Nanolumens
- Company type: Private
- Industry: LED displays
- Founded: 2006
- Founder: Richard Cope
- Headquarters: 2221 Northmont Parkway Suite #50 Duluth, GA 30096, U.S.
- Area served: Worldwide
- Key people: Ney Corsino (CEO) Kurt DeYoung (CRO) Rob Lamb (CFO) Jorge Perez-Bravo (CTO)
- Products: Nixel Series Engage Series Mesh Displays
- Services: Digital signage design and manufacture
- Number of employees: 50-100
- Website: nanolumens.com

= NanoLumens =

American LED display company

Nanolumens Inc. is a private American corporation that designs and manufactures digital LED displays. Since its founding in 2006, it has designed products that target the market gap between consumer flat panel displays and commercial outdoor LED billboards in indoor spaces. It is best known for creating the world's first large-format flexible display, the NanoFlex 112"; but now has a full product line of fixed, indoor LED displays in any size, shape, or curvature. It is currently headquartered in Peachtree Corners, Georgia, a North Atlanta suburb.

== History ==
NanoLumens was launched in 2006 by then CEO Richard 'Rick' Cope. NanoLumens now holds over 200 patents on the technology used in their displays.

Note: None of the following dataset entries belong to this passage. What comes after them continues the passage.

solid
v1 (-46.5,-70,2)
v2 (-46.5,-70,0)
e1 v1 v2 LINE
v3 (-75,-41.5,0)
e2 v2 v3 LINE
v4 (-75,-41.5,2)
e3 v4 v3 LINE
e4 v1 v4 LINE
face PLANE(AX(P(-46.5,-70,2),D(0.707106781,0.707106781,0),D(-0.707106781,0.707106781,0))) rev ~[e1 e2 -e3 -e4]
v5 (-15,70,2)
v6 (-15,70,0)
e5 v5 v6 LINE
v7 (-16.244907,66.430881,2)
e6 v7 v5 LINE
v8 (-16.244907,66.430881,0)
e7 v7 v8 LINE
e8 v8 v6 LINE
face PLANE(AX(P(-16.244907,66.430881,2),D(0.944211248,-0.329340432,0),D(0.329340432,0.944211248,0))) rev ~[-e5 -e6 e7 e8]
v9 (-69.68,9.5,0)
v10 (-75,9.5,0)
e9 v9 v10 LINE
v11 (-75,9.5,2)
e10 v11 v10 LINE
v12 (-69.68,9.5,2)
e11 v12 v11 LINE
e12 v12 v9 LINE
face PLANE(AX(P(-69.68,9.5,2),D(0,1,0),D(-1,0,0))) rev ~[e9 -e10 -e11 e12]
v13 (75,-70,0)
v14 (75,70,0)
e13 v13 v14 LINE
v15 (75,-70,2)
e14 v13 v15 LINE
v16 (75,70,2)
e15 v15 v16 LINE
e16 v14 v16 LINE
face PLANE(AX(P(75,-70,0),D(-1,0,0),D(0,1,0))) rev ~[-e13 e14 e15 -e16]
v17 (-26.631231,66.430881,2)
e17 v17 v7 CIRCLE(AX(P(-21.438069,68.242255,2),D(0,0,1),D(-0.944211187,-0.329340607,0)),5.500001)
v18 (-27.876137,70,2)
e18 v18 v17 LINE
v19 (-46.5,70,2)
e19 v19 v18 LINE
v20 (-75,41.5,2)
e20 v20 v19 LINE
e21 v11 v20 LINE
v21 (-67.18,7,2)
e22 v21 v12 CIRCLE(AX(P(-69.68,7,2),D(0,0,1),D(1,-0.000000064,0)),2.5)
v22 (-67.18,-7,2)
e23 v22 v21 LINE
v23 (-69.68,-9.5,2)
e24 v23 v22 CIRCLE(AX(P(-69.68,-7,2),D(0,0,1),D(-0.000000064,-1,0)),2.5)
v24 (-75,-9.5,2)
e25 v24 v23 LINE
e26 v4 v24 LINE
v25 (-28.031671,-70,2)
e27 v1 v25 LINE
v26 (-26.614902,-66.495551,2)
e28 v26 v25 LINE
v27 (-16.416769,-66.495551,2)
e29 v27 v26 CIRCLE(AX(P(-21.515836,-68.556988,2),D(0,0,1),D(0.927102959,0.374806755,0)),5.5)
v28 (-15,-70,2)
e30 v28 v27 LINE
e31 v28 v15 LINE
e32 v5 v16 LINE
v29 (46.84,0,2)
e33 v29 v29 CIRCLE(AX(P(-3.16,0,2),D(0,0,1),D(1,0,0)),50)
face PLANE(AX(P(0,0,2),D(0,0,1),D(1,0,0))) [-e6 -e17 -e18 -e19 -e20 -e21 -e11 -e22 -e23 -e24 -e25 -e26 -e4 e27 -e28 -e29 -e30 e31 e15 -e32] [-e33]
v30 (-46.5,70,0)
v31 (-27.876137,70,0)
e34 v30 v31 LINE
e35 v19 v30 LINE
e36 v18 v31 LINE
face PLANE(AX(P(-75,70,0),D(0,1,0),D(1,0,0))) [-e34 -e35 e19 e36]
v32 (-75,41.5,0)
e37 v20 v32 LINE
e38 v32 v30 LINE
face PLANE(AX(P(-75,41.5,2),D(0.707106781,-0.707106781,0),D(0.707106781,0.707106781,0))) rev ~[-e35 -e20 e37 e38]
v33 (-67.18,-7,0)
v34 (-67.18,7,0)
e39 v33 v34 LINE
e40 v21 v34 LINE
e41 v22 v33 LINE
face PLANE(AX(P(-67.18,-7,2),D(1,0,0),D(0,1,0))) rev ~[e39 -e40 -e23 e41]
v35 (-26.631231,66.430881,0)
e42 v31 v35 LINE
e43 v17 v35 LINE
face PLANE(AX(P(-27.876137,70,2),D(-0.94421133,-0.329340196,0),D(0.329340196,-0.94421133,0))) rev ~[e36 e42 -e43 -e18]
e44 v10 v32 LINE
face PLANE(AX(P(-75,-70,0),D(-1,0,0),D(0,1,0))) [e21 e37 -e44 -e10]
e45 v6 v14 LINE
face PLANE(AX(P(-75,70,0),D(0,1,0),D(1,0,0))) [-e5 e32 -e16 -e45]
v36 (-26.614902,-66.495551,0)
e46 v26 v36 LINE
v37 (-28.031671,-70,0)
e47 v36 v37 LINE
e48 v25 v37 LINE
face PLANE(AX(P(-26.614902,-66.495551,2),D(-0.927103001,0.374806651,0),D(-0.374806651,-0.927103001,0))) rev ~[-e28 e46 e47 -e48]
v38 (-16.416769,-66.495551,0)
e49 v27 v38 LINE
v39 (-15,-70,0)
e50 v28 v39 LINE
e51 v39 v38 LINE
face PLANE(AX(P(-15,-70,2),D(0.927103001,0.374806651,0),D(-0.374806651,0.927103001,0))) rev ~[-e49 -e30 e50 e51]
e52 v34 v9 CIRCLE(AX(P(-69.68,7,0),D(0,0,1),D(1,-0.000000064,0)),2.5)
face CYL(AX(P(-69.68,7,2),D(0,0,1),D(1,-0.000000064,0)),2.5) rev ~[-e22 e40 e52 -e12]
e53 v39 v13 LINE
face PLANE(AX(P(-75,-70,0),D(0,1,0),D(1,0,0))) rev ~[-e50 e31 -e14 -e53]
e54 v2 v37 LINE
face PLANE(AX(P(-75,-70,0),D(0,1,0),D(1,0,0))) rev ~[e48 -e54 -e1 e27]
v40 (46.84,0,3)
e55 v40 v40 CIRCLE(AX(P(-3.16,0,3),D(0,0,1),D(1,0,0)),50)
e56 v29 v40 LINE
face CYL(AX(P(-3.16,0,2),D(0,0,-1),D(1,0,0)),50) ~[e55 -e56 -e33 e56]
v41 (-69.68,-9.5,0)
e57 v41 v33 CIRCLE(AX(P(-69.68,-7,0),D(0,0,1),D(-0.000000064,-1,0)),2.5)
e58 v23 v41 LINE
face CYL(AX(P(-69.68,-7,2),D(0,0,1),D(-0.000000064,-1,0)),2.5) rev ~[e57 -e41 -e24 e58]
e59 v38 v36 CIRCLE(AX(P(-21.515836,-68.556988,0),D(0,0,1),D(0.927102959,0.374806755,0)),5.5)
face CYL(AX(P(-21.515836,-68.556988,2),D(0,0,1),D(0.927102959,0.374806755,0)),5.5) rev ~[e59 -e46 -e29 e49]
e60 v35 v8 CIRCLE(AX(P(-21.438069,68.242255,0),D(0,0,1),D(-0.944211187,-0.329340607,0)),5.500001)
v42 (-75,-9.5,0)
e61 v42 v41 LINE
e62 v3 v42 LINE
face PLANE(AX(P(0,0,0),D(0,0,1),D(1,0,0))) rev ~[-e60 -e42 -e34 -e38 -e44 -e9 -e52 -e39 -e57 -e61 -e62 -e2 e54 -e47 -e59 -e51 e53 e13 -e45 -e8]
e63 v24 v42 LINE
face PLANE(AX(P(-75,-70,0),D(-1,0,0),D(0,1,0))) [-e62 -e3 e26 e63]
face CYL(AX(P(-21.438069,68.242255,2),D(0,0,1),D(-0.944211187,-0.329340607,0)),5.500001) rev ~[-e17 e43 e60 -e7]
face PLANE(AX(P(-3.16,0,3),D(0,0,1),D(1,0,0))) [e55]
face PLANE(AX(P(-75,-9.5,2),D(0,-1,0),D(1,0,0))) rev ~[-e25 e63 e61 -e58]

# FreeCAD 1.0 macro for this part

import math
import FreeCAD as App
import Part
import Sketcher


def add_polygon(sketch, points):
    """Adds a closed chain of lines whose ends are joined by coincident constraints."""
    first, n = sketch.GeometryCount, len(points)
    for a, b in zip(points, points[1:] + points[:1]):
        sketch.addGeometry(Part.LineSegment(App.Vector(*a, 0), App.Vector(*b, 0)), False)
    for i in range(n):
        sketch.addConstraint(Sketcher.Constraint("Coincident", first + i, 2, first + (i + 1) % n, 1))

doc = App.newDocument("Part")
body = doc.addObject("PartDesign::Body", "Body")

# Sketch on XY plane
sketch1 = doc.addObject("Sketcher::SketchObject", "Sketch")
body.addObject(sketch1)
sketch1.AttachmentSupport = (doc.XY_Plane, [""])
sketch1.MapMode = "FlatFace"
add_polygon(sketch1, [(-75, 70), (-75, -70), (75, -70), (75, 70)])  # lines 0-3
sketch1.addConstraint([
    Sketcher.Constraint("Vertical", 0),
    Sketcher.Constraint("Horizontal", 1),
    Sketcher.Constraint("Vertical", 2),
    Sketcher.Constraint("Horizontal", 3),
    Sketcher.Constraint("Symmetric", 0, 2, 2, 2, -1, 1),
    Sketcher.Constraint("DistanceX", 1, 1, 1, 2, 150.0),
    Sketcher.Constraint("DistanceY", 0, 2, 0, 1, 140.0),
])
pad1 = doc.addObject("PartDesign::Pad", "Pad")
body.addObject(pad1)
pad1.Profile = sketch1
pad1.Length = 2

# Sketch on XY plane
sketch2 = doc.addObject("Sketcher::SketchObject", "Sketch001")
body.addObject(sketch2)
sketch2.AttachmentSupport = (doc.XY_Plane, [""])
sketch2.MapMode = "FlatFace"
sketch2.AttachmentOffset = App.Placement(App.Vector(0, 0, 2), App.Rotation())
add_polygon(sketch2, [(-75, 70), (-75, 42), (-46, 70)])  # lines 0-2
add_polygon(sketch2, [(-46, -70), (-75, -42), (-75, -70)])  # lines 3-5
sketch2.addConstraint([
    Sketcher.Constraint("Vertical", 0),
    Sketcher.Constraint("Horizontal", 2),
    Sketcher.Constraint("Vertical", 4),
    Sketcher.Constraint("Horizontal", 5),
    Sketcher.Constraint("Symmetric", 0, 2, 3, 2, -1),
    Sketcher.Constraint("Symmetric", 1, 2, 5, 2, -1),
    Sketcher.Constraint("Perpendicular", 1, 3),
    Sketcher.Constraint("DistanceX", 2, 2, 2, 1, 28.5),
    Sketcher.Constraint("DistanceX", 0, 2, -1, 1, 75.0),
    Sketcher.Constraint("DistanceY", -1, 1, 1, 2, 70.0),
])
pocket1 = doc.addObject("PartDesign::Pocket", "Pocket")
body.addObject(pocket1)
pocket1.Profile = sketch2
pocket1.Type = "ThroughAll"

# Sketch on XY plane
sketch3 = doc.addObject("Sketcher::SketchObject", "Sketch002")
body.addObject(sketch3)
sketch3.AttachmentSupport = (doc.XY_Plane, [""])
sketch3.MapMode = "FlatFace"
sketch3.AttachmentOffset = App.Placement(App.Vector(0, 0, 2), App.Rotation())
sketch3.addGeometry([
    Part.LineSegment(App.Vector(-69.7, 9.5, 0), App.Vector(-75, 9.5, 0)),  # 0
    Part.LineSegment(App.Vector(-75, 9.5, 0), App.Vector(-75, -9.5, 0)),  # 1
    Part.LineSegment(App.Vector(-75, -9.5, 0), App.Vector(-69.7, -9.5, 0)),  # 2
    Part.ArcOfCircle(Part.Circle(App.Vector(-69.7, -7, 0), App.Vector(0, 0, 1), 2.5), math.radians(-90), math.radians(0)),  # 3
    Part.LineSegment(App.Vector(-67.2, -7, 0), App.Vector(-67.2, 7, 0)),  # 4
    Part.ArcOfCircle(Part.Circle(App.Vector(-69.7, 7, 0), App.Vector(0, 0, 1), 2.5), math.radians(0), math.radians(90)),  # 5
], False)
sketch3.addConstraint([
    Sketcher.Constraint("Coincident", 0, 2, 1, 1),
    Sketcher.Constraint("Coincident", 1, 2, 2, 1),
    Sketcher.Constraint("Tangent", 2, 2, 3, 1),
    Sketcher.Constraint("Tangent", 3, 2, 4, 1),
    Sketcher.Constraint("Tangent", 4, 2, 5, 1),
    Sketcher.Constraint("Tangent", 5, 2, 0, 1),
    Sketcher.Constraint("Horizontal", 0),
    Sketcher.Constraint("Vertical", 1),
    Sketcher.Constraint("Horizontal", 2),
    Sketcher.Constraint("Vertical", 4),
    Sketcher.Constraint("Equal", 3, 5),
    Sketcher.Constraint("Radius", 3, 2.5),
    Sketcher.Constraint("DistanceY", 1, 2, 1, 1, 19.0),
    Sketcher.Constraint("DistanceY", 3, 3, -1, 1, 7.0),
    Sketcher.Constraint("DistanceX", 0, 2, -1, 1, 75.0),
    Sketcher.Constraint("DistanceX", 0, 2, 0, 1, 5.32),
])
pocket2 = doc.addObject("PartDesign::Pocket", "Pocket001")
body.addObject(pocket2)
pocket2.Profile = sketch3
pocket2.Type = "ThroughAll"

# Sketch on XY plane
sketch4 = doc.addObject("Sketcher::SketchObject", "Sketch003")
body.addObject(sketch4)
sketch4.AttachmentSupport = (doc.XY_Plane, [""])
sketch4.MapMode = "FlatFace"
sketch4.AttachmentOffset = App.Placement(App.Vector(0, 0, 2), App.Rotation())
sketch4.addGeometry([
    Part.LineSegment(App.Vector(-28, -70, 0), App.Vector(-15, -70, 0)),  # 0
    Part.LineSegment(App.Vector(-15, -70, 0), App.Vector(-16.4, -66.5, 0)),  # 1
    Part.ArcOfCircle(Part.Circle(App.Vector(-21.5, -68.6, 0), App.Vector(0, 0, 1), 5.5), math.radians(22), math.radians(158)),  # 2
    Part.LineSegment(App.Vector(-26.6, -66.5, 0), App.Vector(-28, -70, 0)),  # 3
    Part.LineSegment(App.Vector(-27.9, 70, 0), App.Vector(-26.6, 66.4, 0)),  # 4
    Part.ArcOfCircle(Part.Circle(App.Vector(-21.4, 68.2, 0), App.Vector(0, 0, 1), 5.5), math.radians(-161), math.radians(-19)),  # 5
    Part.LineSegment(App.Vector(-16.2, 66.4, 0), App.Vector(-15, 70, 0)),  # 6
    Part.LineSegment(App.Vector(-15, 70, 0), App.Vector(-27.9, 70, 0)),  # 7
], False)
sketch4.addConstraint([
    Sketcher.Constraint("Coincident", 0, 2, 1, 1),
    Sketcher.Constraint("Tangent", 1, 2, 2, 1),
    Sketcher.Constraint("Tangent", 2, 2, 3, 1),
    Sketcher.Constraint("Coincident", 3, 2, 0, 1),
    Sketcher.Constraint("Tangent", 4, 2, 5, 1),
    Sketcher.Constraint("Tangent", 5, 2, 6, 1),
    Sketcher.Constraint("Coincident", 6, 2, 7, 1),
    Sketcher.Constraint("Coincident", 7, 2, 4, 1),
    Sketcher.Constraint("Horizontal", 0),
    Sketcher.Constraint("Horizontal", 7),
    Sketcher.Constraint("Equal", 2, 5),
    Sketcher.Constraint("Symmetric", 0, 2, 6, 2, -1),
    Sketcher.Constraint("Horizontal", 1, 2, 2, 2),
    Sketcher.Constraint("Horizontal", 4, 2, 5, 2),
    Sketcher.Constraint("Equal", 3, 4),
    Sketcher.Constraint("Radius", 2, 5.5),
    Sketcher.Constraint("DistanceX", 0, 2, -1, 1, 15.0),
    Sketcher.Constraint("DistanceY", 0, 2, -1, 1, 70.0),
    Sketcher.Constraint("Distance", 1, 3.78),
    Sketcher.Constraint("DistanceX", 0, 1, 0, 2, 13.031671),
    Sketcher.Constraint("DistanceX", 5, 3, 1, 2, 5.0213),
])
pocket3 = doc.addObject("PartDesign::Pocket", "Pocket002")
body.addObject(pocket3)
pocket3.Profile = sketch4
pocket3.Type = "ThroughAll"

# Sketch on XY plane
sketch5 = doc.addObject("Sketcher::SketchObject", "Sketch004")
body.addObject(sketch5)
sketch5.AttachmentSupport = (doc.XY_Plane, [""])
sketch5.MapMode = "FlatFace"
sketch5.AttachmentOffset = App.Placement(App.Vector(0, 0, 2), App.Rotation())
sketch5.addGeometry(Part.Circle(App.Vector(-3, 0, 0), App.Vector(0, 0, 1), 50), False)
sketch5.addConstraint([
    Sketcher.Constraint("PointOnObject", 0, 3, -1),
    Sketcher.Constraint("Diameter", 0, 100.0),
    Sketcher.Constraint("DistanceX", 0, 3, -1, 1, 3.16),
])
pad2 = doc.addObject("PartDesign::Pad", "Pad001")
body.addObject(pad2)
pad2.Profile = sketch5
pad2.Length = 1

doc.recompute()
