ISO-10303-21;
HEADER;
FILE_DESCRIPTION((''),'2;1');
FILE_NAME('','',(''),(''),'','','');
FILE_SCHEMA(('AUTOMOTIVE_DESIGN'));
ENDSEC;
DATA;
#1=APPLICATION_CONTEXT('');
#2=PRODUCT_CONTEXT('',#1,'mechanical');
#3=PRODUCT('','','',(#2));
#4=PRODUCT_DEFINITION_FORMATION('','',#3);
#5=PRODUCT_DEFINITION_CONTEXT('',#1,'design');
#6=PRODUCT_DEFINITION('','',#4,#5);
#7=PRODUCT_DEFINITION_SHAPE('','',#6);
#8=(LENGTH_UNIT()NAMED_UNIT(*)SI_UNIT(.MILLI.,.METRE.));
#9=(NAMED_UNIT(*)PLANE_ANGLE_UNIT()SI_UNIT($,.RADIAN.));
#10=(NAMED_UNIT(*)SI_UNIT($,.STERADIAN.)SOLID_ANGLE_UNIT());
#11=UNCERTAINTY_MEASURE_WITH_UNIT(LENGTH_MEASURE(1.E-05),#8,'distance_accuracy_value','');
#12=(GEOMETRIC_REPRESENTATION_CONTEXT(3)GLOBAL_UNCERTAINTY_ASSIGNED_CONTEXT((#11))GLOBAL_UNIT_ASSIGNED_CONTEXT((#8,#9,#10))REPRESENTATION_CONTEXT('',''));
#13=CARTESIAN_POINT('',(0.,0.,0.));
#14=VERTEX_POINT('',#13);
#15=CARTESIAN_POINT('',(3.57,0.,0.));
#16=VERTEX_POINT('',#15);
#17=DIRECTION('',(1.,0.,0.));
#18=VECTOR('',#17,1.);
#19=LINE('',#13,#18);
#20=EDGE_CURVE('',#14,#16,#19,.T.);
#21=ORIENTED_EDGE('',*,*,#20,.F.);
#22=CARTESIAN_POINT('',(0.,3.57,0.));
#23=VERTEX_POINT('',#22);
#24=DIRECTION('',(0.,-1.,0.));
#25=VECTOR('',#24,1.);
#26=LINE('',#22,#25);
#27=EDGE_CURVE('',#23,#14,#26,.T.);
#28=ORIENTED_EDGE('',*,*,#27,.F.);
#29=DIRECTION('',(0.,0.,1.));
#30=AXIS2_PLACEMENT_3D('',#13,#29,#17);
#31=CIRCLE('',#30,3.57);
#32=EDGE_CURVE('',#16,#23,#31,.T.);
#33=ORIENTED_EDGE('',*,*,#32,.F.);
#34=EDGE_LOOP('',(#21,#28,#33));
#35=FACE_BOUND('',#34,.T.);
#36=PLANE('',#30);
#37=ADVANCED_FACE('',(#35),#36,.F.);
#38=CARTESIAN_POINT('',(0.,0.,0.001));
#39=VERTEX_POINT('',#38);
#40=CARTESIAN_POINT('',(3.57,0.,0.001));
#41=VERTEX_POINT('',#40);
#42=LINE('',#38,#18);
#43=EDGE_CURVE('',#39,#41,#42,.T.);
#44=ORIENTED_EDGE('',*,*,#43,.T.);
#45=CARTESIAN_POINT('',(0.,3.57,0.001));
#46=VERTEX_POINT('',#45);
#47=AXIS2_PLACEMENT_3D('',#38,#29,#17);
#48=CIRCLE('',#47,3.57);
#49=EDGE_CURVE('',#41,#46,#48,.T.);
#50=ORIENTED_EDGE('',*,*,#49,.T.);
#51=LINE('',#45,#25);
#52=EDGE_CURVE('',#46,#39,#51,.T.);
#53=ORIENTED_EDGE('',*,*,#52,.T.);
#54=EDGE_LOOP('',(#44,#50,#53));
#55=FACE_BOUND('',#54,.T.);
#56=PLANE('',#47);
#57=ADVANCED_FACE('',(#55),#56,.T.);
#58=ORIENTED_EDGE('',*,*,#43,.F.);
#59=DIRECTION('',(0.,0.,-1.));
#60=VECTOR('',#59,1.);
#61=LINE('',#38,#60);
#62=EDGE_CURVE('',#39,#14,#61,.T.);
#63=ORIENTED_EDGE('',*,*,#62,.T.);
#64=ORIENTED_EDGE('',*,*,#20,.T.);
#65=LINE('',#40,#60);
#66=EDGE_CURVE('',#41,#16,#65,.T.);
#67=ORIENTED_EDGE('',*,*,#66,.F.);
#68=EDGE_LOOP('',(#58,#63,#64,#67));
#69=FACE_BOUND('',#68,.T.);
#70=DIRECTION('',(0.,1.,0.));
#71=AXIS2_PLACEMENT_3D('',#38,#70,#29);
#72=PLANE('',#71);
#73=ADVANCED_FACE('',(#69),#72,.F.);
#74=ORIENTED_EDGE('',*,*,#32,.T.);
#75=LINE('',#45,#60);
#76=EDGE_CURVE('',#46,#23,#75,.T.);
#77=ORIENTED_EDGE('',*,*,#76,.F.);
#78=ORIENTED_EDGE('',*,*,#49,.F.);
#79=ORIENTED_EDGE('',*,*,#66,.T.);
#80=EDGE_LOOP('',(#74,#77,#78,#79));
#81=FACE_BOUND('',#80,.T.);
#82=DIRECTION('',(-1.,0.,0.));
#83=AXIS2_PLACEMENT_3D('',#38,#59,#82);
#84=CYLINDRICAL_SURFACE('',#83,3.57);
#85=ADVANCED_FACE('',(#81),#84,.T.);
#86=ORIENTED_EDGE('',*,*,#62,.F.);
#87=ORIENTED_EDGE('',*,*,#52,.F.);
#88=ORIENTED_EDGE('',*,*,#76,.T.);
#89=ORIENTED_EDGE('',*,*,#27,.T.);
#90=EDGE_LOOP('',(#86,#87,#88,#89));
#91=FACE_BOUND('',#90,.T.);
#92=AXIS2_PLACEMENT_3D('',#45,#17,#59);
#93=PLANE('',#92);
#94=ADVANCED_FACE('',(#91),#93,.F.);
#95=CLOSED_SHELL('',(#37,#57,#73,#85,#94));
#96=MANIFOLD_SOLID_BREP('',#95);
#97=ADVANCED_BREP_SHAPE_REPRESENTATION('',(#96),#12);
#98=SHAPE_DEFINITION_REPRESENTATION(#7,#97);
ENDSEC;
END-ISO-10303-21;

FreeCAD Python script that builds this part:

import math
import FreeCAD as App
import Part
import Sketcher
from FreeCAD import Vector

doc = App.newDocument("Part")
params = doc.addObject("Spreadsheet::Sheet", "Params")
for row, (alias, value) in enumerate([
    ("sketch1_radius", "3.57 mm"),
    ("pad1_length", "0.001 mm"),
], start=1):
    params.set(f"A{row}", alias)
    params.set(f"B{row}", "=" + value)
    params.setAlias(f"B{row}", alias)

body = doc.addObject("PartDesign::Body", "Body")

sketch1 = doc.addObject("Sketcher::SketchObject", "Sketch")
body.addObject(sketch1)
sketch1.AttachmentSupport = (doc.XY_Plane, [""])
sketch1.MapMode = "FlatFace"
sketch1.addGeometry(Part.LineSegment(Vector(0, 0, 0), Vector(3.6, 0, 0)), False)
sketch1.addGeometry(Part.ArcOfCircle(Part.Circle(Vector(0, 0, 0), Vector(0, 0, 1), 3.6), math.radians(0), math.radians(90)), False)
sketch1.addGeometry(Part.LineSegment(Vector(0, 3.6, 0), Vector(0, 0, 0)), False)
sketch1.addConstraint(Sketcher.Constraint("Coincident", 0, 2, 1, 1))
sketch1.addConstraint(Sketcher.Constraint("Coincident", 1, 2, 2, 1))
sketch1.addConstraint(Sketcher.Constraint("Coincident", 2, 2, 0, 1))
sketch1.addConstraint(Sketcher.Constraint("Horizontal", 0))
sketch1.addConstraint(Sketcher.Constraint("Vertical", 2))
sketch1.addConstraint(Sketcher.Constraint("Coincident", 1, 3, -1, 1))
sketch1.addConstraint(Sketcher.Constraint("Coincident", 2, 2, -1, 1))
sketch1.addConstraint(Sketcher.Constraint("Radius", 1, 3.57))
sketch1.setExpression("Constraints[7]", "Params.sketch1_radius")
pad1 = doc.addObject("PartDesign::Pad", "Pad")
body.addObject(pad1)
pad1.Profile = sketch1
pad1.setExpression("Length", "Params.pad1_length")

doc.recompute()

The company raised more than $10 million from 2006 to 2009 from angel investors to fund their operations, and primarily targets the digital out-of-home (DOOH) market, with sales in the U.S. & Canada, and expansion in Europe, the Middle East, Australia, and South America.

Nanolumens relocated its headquarters at the beginning of 2012 to a new 32,000 square foot office center in the North Atlanta suburb of Peachtree Corners after being courted by the Gwinnett Chamber Economic Development Department and the Georgia Department of Economic Development to stay in the area. The new facility houses the largest digital display showroom in the US. 2012 also marked the company's first full year of commercial production.

==Key personnel==

- Jorge Perez-Bravo, CTO
- Ney Corsino, CEO
- Kurt DeYoung, CRO
- Rob Lamb, CFO

== Product lines ==
NanoLumens produces digital display solutions targeting the Digital Out-of-Home (DOOH) Market for indoor installations. Displays range from 0.7mm to 10mm pixel pitches depending on the model and can be flat, curved, or cylindrical. Markets served include broadcast facilities, the conventions/hospitality industry, casinos, educational institutions, sports venues, federal systems, transportation hubs, and retail stores.